You can pick up the story on the United Seniors money mill from this July 2003 consumer bulletin from, of all places, the dreaded AARP.

One thing we learn from the AARP bulletin is that they apparently picked up USANext chief Charlie Jarvis from that notorious Spongebob-basher radical cleric James Dobson. Before he got the USANext gig, Jarvis was an executive vice president of Dobson's group Focus on the Family. And in the interests of bringing you all the information, it seems that it is not 100% accurate to say that USANext is a slush fund purely for the drug industry, seeing as how Jarvis was willing to bring the group out in favor of the rights of seniors to drill in ANWR after an Anchorage-based company called Arctic Power cut a check for $181,000. And if all that weren't enough, it seems that as of the summer of 2003 the Social Security Administration itself had secured a 'cease and desist' order against Jarvis's group for sending out mailings that "mislead the public into believing the mail is officially sent or approved by the Social Security Administration."

Charlie Jarvis, quite a piece a' work.

There's really no way to top USANext's anti-AARP ad claiming that the colossal fogey-bund we've all come to know over recent decades is really no seniors organization but a secret anti-military-pro-gay-love organization.

(If you don't know what we're talking about you'll want to see this post from yesterday to come up to speed.)

But one TPM Reader (D) noticed that the 'filename' of the ad run by USANext on the American Spectator website was '2.gif'. And he put two and two together, shall we say, and found these two other anti-AARP attack ads already on-deck at the Spectator website ready to get crackin'.

As I said, you really can't top the first attempt by Rove's front group USANext to get folks thinking that AARP either was the secret funder of Tongues Untied or part of a diabolical plot to enforce mandatory homosexuality in the armed forces.

But these two other samples are at least worth a look.

First, there's this ad putting AARP in a line-up with other liberal hobgoblins Bill Clinton, Hillary, Jesse Jackson and Ted Kennedy as one of "America's Liberal Powerbrokers" and then this one that let's you participate in a "conservative flash poll" to determine which "organization is the MOST liberal." Your choices are AARP, the ACLU, the NAACP and NARAL -- sort of a right-wing phantasmagoria with everyone from the crooks' lobby to the uppity negroes to the baby-killers, and now AARP, the notorious homo retiree outfit.

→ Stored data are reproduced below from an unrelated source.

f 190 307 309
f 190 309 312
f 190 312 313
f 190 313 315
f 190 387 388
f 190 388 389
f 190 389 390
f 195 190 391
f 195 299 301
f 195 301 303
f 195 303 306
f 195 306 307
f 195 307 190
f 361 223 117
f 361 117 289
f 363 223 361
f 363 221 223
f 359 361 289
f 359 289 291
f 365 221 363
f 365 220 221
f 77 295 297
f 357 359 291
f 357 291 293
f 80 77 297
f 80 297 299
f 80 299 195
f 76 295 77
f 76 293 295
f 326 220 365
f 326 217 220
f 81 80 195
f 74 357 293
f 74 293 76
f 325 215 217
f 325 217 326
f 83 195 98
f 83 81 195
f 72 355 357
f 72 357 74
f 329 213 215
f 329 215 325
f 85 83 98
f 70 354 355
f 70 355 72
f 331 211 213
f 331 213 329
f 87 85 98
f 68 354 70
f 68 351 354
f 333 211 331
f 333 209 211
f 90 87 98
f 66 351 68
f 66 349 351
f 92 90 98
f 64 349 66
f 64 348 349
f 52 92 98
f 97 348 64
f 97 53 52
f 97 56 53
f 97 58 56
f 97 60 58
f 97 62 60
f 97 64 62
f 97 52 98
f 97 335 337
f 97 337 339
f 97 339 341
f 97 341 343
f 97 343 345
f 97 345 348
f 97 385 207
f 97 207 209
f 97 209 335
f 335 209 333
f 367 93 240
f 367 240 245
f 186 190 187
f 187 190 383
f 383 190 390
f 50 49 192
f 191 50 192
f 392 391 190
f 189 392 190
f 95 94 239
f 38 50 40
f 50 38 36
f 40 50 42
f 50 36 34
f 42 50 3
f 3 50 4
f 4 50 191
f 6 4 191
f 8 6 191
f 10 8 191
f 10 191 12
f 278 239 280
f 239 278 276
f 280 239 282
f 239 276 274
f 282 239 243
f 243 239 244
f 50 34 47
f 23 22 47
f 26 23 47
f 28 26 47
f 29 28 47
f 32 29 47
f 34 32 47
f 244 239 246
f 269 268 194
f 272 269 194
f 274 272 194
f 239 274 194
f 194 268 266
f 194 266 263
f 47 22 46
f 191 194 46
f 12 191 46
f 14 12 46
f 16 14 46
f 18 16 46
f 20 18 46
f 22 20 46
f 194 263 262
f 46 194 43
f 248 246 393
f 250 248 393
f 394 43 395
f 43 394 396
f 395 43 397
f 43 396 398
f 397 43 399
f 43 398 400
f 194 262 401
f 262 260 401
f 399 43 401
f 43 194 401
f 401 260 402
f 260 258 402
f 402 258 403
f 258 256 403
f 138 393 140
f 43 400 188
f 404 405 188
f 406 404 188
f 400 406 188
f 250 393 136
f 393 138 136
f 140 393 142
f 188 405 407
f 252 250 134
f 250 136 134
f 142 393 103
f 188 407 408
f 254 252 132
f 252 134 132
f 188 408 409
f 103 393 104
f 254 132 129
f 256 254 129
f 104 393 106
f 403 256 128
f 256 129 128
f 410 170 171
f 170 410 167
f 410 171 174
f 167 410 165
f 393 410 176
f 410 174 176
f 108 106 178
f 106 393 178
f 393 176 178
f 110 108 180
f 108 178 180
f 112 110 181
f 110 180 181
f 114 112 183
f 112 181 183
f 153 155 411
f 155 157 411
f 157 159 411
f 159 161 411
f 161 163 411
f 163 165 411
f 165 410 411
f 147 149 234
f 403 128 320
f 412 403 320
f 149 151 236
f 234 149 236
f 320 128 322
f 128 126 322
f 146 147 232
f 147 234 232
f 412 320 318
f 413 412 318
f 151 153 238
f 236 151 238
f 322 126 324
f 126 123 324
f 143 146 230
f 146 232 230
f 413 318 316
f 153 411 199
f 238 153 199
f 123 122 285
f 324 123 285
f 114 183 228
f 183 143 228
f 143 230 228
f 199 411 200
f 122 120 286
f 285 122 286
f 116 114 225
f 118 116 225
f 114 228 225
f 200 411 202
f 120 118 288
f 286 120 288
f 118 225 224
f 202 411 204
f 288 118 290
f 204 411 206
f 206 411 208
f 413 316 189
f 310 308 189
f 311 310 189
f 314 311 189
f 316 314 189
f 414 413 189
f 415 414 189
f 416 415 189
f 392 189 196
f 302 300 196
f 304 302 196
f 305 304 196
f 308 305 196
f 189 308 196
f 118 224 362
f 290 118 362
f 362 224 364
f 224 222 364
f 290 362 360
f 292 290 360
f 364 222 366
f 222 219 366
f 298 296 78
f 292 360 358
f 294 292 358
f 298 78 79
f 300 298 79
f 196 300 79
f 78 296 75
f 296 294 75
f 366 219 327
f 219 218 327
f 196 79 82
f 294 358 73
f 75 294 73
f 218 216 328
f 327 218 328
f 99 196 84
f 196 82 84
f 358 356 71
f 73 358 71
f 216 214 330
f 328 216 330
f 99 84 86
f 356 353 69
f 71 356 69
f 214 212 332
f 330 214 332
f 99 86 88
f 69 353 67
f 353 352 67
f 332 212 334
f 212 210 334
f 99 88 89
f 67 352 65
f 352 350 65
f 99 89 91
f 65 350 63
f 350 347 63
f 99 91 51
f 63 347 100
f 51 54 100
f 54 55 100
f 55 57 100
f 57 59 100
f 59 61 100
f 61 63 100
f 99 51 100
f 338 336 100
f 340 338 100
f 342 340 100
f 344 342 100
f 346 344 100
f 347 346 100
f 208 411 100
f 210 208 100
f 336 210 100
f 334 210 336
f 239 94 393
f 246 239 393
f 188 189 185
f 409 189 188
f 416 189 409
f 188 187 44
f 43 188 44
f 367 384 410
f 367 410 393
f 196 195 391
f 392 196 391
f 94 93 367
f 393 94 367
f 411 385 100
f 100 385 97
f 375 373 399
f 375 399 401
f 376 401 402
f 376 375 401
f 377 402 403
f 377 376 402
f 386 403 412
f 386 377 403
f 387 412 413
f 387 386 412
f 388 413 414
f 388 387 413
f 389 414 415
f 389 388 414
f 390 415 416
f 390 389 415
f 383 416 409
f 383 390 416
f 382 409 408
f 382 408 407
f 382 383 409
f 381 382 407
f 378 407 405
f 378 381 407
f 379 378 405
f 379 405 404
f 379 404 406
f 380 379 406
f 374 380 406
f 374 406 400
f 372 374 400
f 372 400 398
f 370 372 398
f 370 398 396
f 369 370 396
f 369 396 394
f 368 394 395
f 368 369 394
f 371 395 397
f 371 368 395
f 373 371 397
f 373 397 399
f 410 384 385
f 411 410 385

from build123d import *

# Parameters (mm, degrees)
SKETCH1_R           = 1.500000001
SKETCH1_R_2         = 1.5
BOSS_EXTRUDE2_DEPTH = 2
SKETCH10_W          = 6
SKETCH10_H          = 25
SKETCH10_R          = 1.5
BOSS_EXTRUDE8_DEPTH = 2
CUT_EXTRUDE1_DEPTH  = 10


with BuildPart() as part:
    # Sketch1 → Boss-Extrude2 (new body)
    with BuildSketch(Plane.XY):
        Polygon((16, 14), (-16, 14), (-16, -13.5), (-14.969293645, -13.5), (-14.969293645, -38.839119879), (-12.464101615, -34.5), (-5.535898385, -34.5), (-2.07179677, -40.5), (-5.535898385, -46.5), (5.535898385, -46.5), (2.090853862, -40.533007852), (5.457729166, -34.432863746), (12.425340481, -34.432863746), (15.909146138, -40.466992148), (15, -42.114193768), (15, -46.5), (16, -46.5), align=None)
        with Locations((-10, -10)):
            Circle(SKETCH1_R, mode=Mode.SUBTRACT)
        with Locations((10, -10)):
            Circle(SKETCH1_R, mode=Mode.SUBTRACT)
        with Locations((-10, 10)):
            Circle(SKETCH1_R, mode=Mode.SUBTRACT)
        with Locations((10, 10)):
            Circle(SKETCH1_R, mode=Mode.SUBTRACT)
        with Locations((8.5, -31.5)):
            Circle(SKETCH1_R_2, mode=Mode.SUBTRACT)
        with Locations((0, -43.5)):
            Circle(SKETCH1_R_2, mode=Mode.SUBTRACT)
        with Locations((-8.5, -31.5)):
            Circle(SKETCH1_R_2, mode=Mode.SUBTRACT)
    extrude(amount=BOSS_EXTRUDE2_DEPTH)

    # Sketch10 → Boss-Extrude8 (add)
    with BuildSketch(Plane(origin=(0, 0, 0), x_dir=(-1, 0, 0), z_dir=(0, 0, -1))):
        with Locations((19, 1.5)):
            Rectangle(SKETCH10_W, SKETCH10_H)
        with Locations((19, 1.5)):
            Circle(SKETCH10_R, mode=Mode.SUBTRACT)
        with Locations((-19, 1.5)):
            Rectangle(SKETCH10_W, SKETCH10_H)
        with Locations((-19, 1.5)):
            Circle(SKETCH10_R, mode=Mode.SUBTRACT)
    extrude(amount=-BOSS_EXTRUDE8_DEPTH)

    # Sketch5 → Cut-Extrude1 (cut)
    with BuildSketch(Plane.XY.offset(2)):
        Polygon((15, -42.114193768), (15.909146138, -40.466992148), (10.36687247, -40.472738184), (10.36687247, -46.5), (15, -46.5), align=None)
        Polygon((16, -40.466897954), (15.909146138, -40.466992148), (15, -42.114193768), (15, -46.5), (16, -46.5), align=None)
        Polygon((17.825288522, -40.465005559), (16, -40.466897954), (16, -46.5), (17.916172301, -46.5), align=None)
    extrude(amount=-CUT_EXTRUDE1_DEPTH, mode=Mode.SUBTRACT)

Who will take this to Rove's doorstep?

Granted, it's one of the British tabs, with all the skepticism that rightly entails. But the Sunday Mirror says that the White House has told the Brits that Camilla Parker Bowles is persona non grata at the White House. That can't be right, can it?

Lovely, just lovely.

We're already hearing that Rove has tapped Bill Bennett to take up his anti-AARP slime crusade. And another TPM Reader, JW, has just drawn our attention to a USANext ad (second down on the right hand column) currently running on the American Spectator website.

(USANext, you'll remember from this morning's Times, is the GOP seniors astroturf group now tasked with roughing up AARP for opposing Social Security phase-out.)

Over the headline: "The REAL AARP Agenda", the ad has, on the left, a picture of a soldier in desert fatigues with a big 'X' crossing him out and on the right a picture of two men (in tuxes and obviously just married) kissing each other. The gay newlyweds have a big green check mark over them.

The Rove slime, here it comes: AARP, the spit-on-the-troops/gay marriage lobby.

The prize to Marshall Wittman for the first choice prediction of what we'll likely see from Rove's SwiftBoatesque bludgeon-AARP astroturf campaign: "What's next - a Regnery book titled Unfit to Age?"